- Film poster
- Traditional Chinese: 無招勝有招
- Simplified Chinese: 无招胜有招
- Hanyu Pinyin: Wú Zhāo Shèng Yǒu Zhāo
- Jyutping: Mou6 Ziu1 Sing3 Jau2 Ziu1
- Directed by: Ricky Lau
- Screenplay by: Raymond Wong
- Produced by: Guy Lai
- Starring: Dean Shek Lau Ka-yung Lily Li Fung Hark-On Huang Ha Wong Ching Eric Tsang Peter Chan
- Cinematography: Yee Tung-lung
- Edited by: Tony Chow
- Production company: Filmway Pictures
- Release date: 30 December 1979;
- Running time: 90 minutes
- Country: Hong Kong
- Language: Cantonese
- Box office: HK$1,638,491.30

= Crazy Couple =

1979 Hong Kong film by Ricky Lau

Crazy Couple is a 1979 Hong Kong martial arts comedy film directed by Ricky Lau and starring Dean Shek and Lau Ka-yung.

==Plot==
Street performer Cho brings his pet around to perform. He hopes to raise money to study martial arts. Retired martial arts master Chiu Chat-yeh has a mentally disabled daughter who is unattended and has Cho take care of her. Cho finds a girl from out of town named Piu-hung to take his spot as Chiu's daughter's caretaker and goes to study martial arts with the village's martial arts teacher, Kwan Yee-sai. Cho also befriends Kwan's son, Yan.

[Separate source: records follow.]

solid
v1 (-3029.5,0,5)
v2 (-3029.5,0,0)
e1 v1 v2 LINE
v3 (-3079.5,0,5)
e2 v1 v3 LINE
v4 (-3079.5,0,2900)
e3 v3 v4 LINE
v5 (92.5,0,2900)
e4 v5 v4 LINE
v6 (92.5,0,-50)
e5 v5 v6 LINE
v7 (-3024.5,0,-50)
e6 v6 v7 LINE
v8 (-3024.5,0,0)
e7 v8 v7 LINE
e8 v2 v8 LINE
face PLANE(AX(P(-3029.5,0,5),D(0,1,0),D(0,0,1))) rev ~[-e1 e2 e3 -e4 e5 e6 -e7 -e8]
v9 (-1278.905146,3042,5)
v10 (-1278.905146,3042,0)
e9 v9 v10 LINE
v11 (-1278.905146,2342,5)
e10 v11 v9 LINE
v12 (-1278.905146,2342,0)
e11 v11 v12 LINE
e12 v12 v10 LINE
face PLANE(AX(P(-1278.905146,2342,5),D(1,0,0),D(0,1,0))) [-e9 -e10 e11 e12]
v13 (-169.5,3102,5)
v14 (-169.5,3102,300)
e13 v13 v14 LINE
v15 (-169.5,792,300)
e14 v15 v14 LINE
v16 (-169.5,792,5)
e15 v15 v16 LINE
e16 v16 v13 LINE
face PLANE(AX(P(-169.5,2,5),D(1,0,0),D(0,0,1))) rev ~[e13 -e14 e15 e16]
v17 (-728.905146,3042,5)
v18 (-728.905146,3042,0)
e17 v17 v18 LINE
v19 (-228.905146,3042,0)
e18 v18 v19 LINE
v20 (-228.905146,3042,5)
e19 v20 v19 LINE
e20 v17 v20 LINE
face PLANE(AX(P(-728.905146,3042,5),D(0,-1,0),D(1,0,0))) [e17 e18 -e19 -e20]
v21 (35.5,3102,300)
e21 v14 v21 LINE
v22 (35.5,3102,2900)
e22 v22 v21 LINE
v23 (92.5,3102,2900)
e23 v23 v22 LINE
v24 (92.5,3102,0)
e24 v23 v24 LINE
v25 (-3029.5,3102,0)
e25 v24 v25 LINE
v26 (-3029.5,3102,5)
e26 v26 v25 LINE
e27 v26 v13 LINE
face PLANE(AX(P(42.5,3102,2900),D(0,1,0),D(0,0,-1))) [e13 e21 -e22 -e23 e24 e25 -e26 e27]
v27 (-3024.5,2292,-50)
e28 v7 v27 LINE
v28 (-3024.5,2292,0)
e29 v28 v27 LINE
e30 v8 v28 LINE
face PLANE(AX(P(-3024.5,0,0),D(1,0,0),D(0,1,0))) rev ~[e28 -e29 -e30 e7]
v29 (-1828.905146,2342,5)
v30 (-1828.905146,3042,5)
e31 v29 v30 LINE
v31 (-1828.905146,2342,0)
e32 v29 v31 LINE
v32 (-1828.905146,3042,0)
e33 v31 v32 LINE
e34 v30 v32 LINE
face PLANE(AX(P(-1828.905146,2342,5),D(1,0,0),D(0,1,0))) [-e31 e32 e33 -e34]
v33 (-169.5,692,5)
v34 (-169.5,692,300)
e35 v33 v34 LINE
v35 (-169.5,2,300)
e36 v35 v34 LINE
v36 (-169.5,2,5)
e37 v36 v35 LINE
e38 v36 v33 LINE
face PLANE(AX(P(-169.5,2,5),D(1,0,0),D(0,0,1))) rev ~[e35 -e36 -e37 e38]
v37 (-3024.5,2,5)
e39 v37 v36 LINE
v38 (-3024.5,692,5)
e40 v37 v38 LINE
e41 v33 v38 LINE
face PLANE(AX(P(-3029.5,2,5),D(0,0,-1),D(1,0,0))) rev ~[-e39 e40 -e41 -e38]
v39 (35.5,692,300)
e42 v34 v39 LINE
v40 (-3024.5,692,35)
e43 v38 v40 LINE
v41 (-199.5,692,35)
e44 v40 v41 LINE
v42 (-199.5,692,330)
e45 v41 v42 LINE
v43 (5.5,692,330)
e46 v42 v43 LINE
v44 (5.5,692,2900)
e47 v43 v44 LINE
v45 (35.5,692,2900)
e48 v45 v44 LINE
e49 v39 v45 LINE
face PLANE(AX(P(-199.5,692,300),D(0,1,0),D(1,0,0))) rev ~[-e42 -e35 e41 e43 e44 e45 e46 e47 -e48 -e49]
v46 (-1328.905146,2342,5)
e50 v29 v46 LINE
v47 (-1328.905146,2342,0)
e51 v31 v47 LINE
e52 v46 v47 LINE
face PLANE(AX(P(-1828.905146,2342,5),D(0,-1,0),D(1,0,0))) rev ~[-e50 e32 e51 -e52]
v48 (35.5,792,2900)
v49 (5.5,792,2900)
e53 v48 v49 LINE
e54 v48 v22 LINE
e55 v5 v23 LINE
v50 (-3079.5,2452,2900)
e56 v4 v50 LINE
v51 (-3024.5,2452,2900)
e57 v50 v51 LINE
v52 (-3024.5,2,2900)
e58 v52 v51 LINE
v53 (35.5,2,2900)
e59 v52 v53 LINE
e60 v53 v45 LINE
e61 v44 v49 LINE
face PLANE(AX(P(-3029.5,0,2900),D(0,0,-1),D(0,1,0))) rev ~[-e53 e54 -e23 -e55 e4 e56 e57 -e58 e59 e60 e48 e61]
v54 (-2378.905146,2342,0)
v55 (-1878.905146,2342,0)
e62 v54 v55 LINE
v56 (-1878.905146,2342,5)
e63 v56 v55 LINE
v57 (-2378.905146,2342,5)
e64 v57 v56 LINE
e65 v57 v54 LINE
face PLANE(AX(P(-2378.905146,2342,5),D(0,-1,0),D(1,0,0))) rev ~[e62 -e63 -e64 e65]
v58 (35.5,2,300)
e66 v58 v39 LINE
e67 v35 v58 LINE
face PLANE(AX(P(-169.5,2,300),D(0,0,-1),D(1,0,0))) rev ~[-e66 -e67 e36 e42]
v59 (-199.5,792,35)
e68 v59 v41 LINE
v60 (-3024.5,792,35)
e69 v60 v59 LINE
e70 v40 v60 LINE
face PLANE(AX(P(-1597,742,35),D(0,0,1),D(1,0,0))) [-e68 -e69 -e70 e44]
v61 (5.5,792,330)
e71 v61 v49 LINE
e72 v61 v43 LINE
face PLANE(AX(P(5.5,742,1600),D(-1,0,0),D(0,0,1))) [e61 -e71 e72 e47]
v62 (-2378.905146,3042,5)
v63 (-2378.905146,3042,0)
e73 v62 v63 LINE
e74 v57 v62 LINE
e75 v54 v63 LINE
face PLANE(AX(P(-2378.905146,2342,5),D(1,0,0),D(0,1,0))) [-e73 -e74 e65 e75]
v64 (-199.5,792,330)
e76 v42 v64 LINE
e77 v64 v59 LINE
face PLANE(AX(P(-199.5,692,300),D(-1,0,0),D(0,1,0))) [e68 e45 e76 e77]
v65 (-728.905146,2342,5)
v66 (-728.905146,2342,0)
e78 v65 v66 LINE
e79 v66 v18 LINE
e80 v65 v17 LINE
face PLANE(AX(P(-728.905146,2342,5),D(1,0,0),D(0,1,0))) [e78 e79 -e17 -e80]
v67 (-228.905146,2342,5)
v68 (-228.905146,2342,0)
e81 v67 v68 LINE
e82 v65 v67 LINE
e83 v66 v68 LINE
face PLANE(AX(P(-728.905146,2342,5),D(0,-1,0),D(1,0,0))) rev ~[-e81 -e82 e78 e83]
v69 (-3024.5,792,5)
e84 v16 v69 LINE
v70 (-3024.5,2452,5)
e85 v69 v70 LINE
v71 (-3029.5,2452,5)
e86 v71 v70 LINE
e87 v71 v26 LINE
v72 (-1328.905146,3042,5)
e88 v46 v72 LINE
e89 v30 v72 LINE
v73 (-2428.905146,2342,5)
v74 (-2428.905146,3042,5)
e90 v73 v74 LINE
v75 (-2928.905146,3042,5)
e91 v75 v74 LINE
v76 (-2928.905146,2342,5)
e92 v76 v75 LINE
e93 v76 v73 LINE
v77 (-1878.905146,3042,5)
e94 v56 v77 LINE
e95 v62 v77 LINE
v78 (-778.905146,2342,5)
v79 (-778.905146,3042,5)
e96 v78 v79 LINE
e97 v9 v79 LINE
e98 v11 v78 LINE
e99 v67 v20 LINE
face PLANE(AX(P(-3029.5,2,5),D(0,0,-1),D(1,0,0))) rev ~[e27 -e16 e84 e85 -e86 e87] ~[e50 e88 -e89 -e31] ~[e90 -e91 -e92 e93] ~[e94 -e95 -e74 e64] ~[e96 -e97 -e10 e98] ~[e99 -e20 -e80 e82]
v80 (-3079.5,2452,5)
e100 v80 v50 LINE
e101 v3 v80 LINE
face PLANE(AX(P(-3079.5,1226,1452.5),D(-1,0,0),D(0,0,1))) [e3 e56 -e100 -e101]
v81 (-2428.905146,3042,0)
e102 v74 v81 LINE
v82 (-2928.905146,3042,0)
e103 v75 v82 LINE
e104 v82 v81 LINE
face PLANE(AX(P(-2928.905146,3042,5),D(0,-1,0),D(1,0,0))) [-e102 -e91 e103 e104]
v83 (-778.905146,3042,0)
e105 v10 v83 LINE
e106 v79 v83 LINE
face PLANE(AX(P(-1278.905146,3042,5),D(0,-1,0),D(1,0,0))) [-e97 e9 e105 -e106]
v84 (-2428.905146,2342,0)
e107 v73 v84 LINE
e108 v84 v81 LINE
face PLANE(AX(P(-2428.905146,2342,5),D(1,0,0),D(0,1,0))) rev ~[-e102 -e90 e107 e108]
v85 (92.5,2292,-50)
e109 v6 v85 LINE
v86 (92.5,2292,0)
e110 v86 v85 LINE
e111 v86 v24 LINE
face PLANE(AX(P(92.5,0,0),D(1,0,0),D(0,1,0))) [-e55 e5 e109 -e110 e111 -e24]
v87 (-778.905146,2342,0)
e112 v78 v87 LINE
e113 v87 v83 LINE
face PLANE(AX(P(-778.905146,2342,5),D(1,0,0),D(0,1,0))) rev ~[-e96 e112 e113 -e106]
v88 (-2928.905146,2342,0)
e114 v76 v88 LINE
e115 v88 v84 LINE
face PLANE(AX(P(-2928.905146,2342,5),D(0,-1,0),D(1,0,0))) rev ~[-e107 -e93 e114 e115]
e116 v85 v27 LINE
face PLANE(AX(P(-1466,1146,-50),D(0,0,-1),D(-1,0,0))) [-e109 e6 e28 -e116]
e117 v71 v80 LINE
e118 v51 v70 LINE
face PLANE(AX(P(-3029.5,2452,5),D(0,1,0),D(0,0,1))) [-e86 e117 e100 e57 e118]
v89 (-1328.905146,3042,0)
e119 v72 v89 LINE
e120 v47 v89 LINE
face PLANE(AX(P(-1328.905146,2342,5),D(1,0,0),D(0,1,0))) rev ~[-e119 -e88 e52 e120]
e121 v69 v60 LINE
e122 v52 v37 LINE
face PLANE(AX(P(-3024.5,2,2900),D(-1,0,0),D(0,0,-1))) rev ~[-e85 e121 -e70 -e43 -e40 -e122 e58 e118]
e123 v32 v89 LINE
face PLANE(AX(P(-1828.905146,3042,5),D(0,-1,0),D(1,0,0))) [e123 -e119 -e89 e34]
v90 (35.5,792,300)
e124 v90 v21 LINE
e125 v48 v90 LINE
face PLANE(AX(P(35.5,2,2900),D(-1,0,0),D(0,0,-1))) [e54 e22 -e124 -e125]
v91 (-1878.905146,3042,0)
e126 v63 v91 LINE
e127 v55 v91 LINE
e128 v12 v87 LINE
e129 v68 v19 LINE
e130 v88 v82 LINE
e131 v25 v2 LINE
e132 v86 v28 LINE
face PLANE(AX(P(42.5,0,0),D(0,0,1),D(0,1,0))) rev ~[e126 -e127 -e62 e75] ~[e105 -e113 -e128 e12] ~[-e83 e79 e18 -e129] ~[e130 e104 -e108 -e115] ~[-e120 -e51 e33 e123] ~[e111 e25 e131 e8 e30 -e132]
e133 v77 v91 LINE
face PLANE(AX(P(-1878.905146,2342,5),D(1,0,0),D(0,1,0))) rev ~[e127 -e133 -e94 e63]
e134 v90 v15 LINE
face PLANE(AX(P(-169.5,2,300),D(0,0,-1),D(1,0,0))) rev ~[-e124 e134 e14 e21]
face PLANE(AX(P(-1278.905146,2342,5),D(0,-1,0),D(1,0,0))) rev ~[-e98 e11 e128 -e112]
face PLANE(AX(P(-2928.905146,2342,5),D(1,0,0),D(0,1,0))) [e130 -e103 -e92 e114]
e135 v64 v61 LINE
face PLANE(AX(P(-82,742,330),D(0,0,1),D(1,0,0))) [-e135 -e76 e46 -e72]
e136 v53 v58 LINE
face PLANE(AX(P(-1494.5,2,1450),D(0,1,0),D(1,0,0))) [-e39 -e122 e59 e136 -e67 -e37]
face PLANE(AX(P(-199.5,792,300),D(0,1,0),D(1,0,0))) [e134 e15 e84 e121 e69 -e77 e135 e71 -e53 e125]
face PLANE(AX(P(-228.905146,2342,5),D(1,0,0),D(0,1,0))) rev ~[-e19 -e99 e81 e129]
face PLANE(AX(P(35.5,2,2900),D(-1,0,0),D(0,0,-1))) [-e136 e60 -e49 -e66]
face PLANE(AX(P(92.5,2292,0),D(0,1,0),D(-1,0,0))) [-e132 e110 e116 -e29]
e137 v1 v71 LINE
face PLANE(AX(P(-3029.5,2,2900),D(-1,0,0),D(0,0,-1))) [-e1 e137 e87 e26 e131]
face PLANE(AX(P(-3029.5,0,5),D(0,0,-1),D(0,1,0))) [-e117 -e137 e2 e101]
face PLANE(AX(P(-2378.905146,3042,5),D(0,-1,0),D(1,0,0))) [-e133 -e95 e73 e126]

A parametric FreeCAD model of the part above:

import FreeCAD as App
import Part
import Sketcher
from FreeCAD import Vector


def add_polygon(sketch, points):
    """Adds a closed chain of lines whose ends are joined by coincident constraints."""
    first, n = sketch.GeometryCount, len(points)
    for a, b in zip(points, points[1:] + points[:1]):
        sketch.addGeometry(Part.LineSegment(App.Vector(*a, 0), App.Vector(*b, 0)), False)
    for i in range(n):
        sketch.addConstraint(Sketcher.Constraint("Coincident", first + i, 2, first + (i + 1) % n, 1))

doc = App.newDocument("Part")
body = doc.addObject("PartDesign::Body", "Body")

# Sketch on XZ plane
sketch1 = body.newObject("Sketcher::SketchObject", "Sketch")
sketch1.AttachmentSupport = (doc.getObject("XZ_Plane"), [""])
sketch1.MapMode = "FlatFace"
add_polygon(sketch1, [(-3030, 0), (-3030, 2900), (40, 2900), (40, 0)])  # lines 0-3
sketch1.addConstraint([
    Sketcher.Constraint("Vertical", 0),
    Sketcher.Constraint("Horizontal", 1),
    Sketcher.Constraint("Vertical", 2),
    Sketcher.Constraint("Horizontal", 3),
    Sketcher.Constraint("PointOnObject", 2, 2, -1),
    Sketcher.Constraint("DistanceX", 1, 1, 1, 2, 3070.0),
    Sketcher.Constraint("DistanceY", 0, 1, 0, 2, 2900.0),
    Sketcher.Constraint("DistanceX", 0, 2, -1, 1, 3029.5),
])
pad1 = body.newObject("PartDesign::Pad", "Pad")
pad1.Profile = sketch1
pad1.Length = 2
pad1.Reversed = True

# Sketch on XZ plane
sketch2 = body.newObject("Sketcher::SketchObject", "Sketch001")
sketch2.AttachmentSupport = (doc.getObject("XZ_Plane"), [""])
sketch2.MapMode = "FlatFace"
sketch2.AttachmentOffset = App.Placement(Vector(0, 0, -2), App.Rotation())
add_polygon(sketch2, [(36, 300), (36, 2900), (40, 2900), (40, 0), (-3030, 0), (-3030, 5), (-170, 5), (-170, 300)])  # lines 0-7
sketch2.addConstraint([
    Sketcher.Constraint("Vertical", 0),
    Sketcher.Constraint("Horizontal", 1),
    Sketcher.Constraint("Vertical", 2),
    Sketcher.Constraint("Horizontal", 3),
    Sketcher.Constraint("Vertical", 4),
    Sketcher.Constraint("Horizontal", 5),
    Sketcher.Constraint("Vertical", 6),
    Sketcher.Constraint("Horizontal", 7),
    Sketcher.Constraint("PointOnObject", 2, 2, -1),
    Sketcher.Constraint("Equal", 1, 4),
    Sketcher.Constraint("DistanceX", 1, 1, 1, 2, 5.0),
    Sketcher.Constraint("DistanceX", 3, 2, 3, 1, 3070.0),
    Sketcher.Constraint("DistanceX", 5, 1, 5, 2, 2860.0),
    Sketcher.Constraint("DistanceY", 0, 1, 0, 2, 2600.0),
    Sketcher.Constraint("DistanceY", 2, 2, 2, 1, 2900.0),
    Sketcher.Constraint("DistanceX", -1, 1, 0, 2, 35.5),
])
pad2 = body.newObject("PartDesign::Pad", "Pad001")
pad2.Profile = sketch2
pad2.Length = 3100
pad2.Reversed = True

One day, a group of bandits come and terrorize the village and Chiu and Kwan team up to resist them. Chiu has stolen jewelry in his house which is unexpectedly stolen by Piu-hung. Chiu and Kwan are killed later as well. Cho and Yan flee to many places and seek a teacher to mentor them in martial arts. With continuous twists and turns along the way, they finally find the real culprit behind the scenes.

==Cast==
- Dean Shek as Yan
- Lau Ka-yung as Cho
- Lily Li as Piu-hung
- Fung Hark-On as Mak Tai-lo
- Wong Ching as Chiu Yat-yeh
- Huang Ha as Yan and Cho's teacher
- Eric Tsang as Chiu's daughter
- Peter Chan as Kwan Yee-sai
- Ho Pak-kwong
- Mars
- Chik Ngai-hung
- Bruce Tong as Wong Lu-fu
- Danny Chow
- Wong Chi-keung
- Ho Kei-cheung
- Tam Po
- Ho Po-sing
- Chan Siu-kai
- Ho Chi-wah
- Wong Hak
- Fung Ming
- Cheung Chi-ping
- Ling Chi-hung

==Box office==
The film grossed HK$1,638,491.30 at the Hong Kong box office during its theatrical run from 30 December 1979 to 8 January 1980.